A student union representative has described Zimbabwe’s new student loan scheme – supported by US$1 billion put together by the state and six local financial institutions – as a “half-baked cake”, catering only for those whose parents are formally employed.
According to a statement by the Minister of Higher and Tertiary Education, Science and Technology Development, Professor Jonathan Moyo, the objective of the Higher and Tertiary Education Loan Support Facility is to assist current and prospective students who do not have the requisite financial resources to support their college or university education.
However, Secretary General of the Zimbabwe National Students Union, or ZINASU, Makomborero Haruzivishe, said the new scheme caters only for those whose parents or guardians are formally employed – in a country with at least a 90% unemployment rate. He said the model failed to address the high dropout and deferment rates and was oriented to profit-making.
“Despite the loans now coming, the scheme is, however, a half-baked cake. As ZINASU we have long advocated for academic loans and grants as a means to ensure quality education for all. However, the model of the loans that has been offered by the ministry neither addresses the problem of massive student dropouts and deferments due to failure to pay fees, nor is it accessible to the majority of suffering students as it is oriented at profit-making," he said.
"For example, if you get a US$500 loan from Eduloan, you will overall pay them back US$700, calculating interest,” he said.
Four banks – CBZ, ZB, NMB and POSB – and two micro-finance lending institutions – Eduloan and GetBucks – will meet half the budget with the Reserve Bank of Zimbabwe covering the balance.
Students and parents as co-debtors
The state media last weekend quoted Higher and Tertiary Education, Science and Technology Development Deputy Minister Dr Godfrey Gandawa as saying parents and students would be co-debtors.
“The parent will borrow on behalf of the student, with the student becoming a co-debtor. Loan rates vary and depend on the institution. Payment plans also vary in accordance with a parent’s income. In two weeks’ time, these financial institutions will start giving out the loans, and parents can approach them directly. They should produce proof of enrolment,” he said.
A statement from the Higher and Tertiary Education, Science and Technology Development Ministry said the maximum loan tenure under the facility would be 60 months and participating lending institutions which will administer the funds are required to pay the fees directly into the college or university account. It said students were not permitted to access multiple loans through different lending institutions under the facility.
The facility does not cover foreign students attending Zimbabwean universities; Zimbabwean students undertaking certificate, diploma or degree programmes offered by foreign colleges or universities; or students who have received full government or other scholarships, according to a ministry statement.
It said additional loans would only be considered after the lending institution has satisfied itself that previous loans by the borrower were utilised for the intended purpose.
Haruzivishe said his union had called for academic loans and grants as a means to ensure that all students in Zimbabwe could enjoy their right to education, as stipulated by section 75 of the Zimbabwe constitution.
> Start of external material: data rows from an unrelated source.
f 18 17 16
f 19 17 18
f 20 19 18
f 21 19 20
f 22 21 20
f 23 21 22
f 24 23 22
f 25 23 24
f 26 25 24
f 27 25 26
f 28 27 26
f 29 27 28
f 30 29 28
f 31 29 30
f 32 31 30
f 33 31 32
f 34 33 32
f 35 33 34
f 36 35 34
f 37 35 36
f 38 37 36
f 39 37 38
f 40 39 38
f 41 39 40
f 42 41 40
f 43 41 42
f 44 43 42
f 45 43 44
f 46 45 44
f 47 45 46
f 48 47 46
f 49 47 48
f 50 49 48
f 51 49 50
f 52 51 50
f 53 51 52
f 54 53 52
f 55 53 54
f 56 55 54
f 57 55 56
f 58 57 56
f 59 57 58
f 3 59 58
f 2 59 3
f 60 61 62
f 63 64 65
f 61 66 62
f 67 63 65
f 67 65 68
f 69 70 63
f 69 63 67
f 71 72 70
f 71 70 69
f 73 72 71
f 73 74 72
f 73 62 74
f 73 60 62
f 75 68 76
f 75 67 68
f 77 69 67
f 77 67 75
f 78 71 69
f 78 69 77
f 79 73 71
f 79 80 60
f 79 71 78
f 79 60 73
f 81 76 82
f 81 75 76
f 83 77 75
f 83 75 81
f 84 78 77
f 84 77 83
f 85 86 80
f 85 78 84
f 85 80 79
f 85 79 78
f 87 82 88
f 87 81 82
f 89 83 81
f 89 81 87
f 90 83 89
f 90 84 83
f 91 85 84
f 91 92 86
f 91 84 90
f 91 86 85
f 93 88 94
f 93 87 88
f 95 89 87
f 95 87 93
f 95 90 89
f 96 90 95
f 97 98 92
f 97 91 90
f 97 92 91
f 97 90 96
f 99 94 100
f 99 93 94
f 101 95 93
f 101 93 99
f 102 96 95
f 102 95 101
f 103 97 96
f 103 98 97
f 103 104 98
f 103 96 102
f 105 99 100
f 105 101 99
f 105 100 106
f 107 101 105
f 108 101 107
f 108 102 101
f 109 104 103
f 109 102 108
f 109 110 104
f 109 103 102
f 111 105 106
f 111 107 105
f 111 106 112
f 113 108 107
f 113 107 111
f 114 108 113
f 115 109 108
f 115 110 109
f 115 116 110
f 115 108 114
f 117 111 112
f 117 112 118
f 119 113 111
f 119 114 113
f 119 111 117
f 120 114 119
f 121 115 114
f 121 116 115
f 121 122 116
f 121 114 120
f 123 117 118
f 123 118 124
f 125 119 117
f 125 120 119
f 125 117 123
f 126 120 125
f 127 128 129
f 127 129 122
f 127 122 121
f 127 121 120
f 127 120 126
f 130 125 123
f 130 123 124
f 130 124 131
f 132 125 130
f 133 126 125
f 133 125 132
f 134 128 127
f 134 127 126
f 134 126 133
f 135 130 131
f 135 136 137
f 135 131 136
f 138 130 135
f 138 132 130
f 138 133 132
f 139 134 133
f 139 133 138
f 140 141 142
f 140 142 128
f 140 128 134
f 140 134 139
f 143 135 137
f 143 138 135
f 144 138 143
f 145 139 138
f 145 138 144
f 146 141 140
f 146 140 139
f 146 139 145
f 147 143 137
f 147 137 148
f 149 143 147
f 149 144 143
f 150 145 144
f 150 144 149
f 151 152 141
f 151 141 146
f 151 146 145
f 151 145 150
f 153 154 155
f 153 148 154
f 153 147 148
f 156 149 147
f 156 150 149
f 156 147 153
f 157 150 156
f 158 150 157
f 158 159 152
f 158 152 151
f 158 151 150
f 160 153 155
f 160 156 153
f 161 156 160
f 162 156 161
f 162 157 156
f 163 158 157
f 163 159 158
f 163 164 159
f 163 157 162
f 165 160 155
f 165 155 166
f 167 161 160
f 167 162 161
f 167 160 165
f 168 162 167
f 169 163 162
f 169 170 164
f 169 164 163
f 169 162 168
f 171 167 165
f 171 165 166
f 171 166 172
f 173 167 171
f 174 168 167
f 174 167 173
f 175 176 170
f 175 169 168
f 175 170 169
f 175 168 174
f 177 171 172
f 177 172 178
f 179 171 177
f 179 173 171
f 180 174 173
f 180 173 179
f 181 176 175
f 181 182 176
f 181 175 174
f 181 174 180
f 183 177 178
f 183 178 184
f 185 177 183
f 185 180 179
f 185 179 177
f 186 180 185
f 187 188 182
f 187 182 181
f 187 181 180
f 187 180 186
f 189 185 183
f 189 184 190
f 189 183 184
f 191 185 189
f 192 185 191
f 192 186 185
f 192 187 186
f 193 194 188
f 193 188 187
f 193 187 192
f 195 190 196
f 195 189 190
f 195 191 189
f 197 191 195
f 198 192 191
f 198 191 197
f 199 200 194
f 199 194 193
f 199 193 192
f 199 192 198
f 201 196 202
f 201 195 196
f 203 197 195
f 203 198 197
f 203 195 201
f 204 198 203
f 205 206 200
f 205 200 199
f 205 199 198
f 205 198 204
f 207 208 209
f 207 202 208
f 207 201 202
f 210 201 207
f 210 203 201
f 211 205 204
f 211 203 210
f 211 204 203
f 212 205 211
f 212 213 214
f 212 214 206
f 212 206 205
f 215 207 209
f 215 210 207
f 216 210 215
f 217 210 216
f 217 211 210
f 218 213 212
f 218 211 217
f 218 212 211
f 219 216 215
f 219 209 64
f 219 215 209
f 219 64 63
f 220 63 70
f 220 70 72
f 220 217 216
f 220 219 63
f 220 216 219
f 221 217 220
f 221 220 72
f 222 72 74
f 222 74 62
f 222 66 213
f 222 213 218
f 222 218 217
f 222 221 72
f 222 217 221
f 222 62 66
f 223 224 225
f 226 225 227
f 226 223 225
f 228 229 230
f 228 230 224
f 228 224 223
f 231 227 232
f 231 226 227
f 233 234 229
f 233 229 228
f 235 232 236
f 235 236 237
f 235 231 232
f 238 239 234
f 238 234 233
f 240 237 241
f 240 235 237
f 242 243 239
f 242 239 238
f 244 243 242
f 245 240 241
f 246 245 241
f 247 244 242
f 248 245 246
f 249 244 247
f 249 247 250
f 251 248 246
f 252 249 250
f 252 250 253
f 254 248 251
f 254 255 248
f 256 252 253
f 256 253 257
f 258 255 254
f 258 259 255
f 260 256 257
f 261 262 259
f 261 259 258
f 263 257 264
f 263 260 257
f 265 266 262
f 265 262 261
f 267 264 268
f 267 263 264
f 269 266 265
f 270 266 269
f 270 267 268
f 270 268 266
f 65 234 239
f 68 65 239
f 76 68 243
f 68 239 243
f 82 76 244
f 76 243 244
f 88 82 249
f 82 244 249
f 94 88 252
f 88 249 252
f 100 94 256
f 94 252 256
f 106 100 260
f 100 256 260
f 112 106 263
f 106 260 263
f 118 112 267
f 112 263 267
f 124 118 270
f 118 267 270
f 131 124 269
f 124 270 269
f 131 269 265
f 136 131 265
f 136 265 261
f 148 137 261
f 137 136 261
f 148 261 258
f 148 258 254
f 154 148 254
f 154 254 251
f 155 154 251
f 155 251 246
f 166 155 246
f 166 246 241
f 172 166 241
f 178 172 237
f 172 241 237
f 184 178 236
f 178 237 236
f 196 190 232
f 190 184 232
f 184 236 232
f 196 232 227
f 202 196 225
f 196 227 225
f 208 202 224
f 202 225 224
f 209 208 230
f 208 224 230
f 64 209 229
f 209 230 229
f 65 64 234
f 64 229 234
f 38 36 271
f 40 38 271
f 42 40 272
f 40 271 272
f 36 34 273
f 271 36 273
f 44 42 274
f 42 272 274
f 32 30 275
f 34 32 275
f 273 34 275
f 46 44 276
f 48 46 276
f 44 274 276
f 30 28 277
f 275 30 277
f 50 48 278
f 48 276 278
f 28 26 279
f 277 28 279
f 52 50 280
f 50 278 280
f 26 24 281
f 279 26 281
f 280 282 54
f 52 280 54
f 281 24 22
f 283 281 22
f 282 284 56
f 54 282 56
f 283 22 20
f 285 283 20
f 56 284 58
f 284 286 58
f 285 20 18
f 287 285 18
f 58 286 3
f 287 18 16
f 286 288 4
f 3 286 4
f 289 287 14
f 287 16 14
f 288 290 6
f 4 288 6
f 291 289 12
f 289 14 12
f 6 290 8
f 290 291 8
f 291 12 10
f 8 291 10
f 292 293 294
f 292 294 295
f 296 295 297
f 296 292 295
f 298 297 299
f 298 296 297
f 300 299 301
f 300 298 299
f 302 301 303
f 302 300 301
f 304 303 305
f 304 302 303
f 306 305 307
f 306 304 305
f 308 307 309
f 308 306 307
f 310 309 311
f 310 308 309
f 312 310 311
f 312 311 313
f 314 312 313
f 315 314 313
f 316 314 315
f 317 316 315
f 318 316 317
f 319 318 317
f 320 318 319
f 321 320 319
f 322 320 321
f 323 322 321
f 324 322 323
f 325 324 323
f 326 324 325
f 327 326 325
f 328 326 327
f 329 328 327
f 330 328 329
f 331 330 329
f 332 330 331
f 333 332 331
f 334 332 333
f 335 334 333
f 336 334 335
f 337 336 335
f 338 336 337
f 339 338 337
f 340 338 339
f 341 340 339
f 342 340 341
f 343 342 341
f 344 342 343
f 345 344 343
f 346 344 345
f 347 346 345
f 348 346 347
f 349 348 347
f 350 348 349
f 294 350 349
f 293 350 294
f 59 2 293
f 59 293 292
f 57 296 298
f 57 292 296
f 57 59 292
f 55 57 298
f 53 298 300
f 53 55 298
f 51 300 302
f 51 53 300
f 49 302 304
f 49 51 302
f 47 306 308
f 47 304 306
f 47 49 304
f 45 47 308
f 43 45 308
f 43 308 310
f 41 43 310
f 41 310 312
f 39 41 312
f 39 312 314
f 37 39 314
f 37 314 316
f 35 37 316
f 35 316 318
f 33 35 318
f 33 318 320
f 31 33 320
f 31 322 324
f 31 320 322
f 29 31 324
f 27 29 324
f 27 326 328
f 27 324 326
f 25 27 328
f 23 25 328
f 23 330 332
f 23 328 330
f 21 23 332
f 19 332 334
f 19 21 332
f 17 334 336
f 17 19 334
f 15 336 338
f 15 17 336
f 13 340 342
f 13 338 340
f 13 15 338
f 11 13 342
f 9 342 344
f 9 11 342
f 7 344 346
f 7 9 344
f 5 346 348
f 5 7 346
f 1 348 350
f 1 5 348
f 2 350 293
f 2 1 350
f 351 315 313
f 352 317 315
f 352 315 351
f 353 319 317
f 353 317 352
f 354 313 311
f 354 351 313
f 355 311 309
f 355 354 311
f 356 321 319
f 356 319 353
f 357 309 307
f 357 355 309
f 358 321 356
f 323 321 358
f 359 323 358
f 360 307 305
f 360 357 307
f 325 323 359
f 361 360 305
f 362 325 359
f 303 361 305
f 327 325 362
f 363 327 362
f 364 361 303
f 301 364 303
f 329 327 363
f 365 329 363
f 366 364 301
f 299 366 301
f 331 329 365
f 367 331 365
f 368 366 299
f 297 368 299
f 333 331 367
He said they had engaged parliament and cabinet over the student loans until the Ministry of Higher and Tertiary Education, Science and Technology Development announced that the government was finally reintroducing academic loans.
‘Another white elephant’
Haruzivishe said it made more sense for the ministry to effect the union's proposal that they develop a policy which allows all colleges and universities to accept payment plans from students.
"Payment plans don't result in students having to fork out more money. They are working perfectly at the University of Zimbabwe. So, in conclusion, yes, we welcome the gesture but in itself it is just another white elephant. It will never address the problem at hand but rather threatens to exacerbate it.”
According to Pindula.com, an online information resource for “everything Zimbabwean”, student grants for fees and living expenses were discontinued around 2006 due to cash flow problems. The loans were replaced by a cadetship programme in 2010 that paid only tuition fees, which was also dogged by funding challenges.
In March 2017, Gandawa announced that the government owed tertiary institutions over US$27 million and the government was phasing out the cadetship scheme in favour of the current student loan scheme.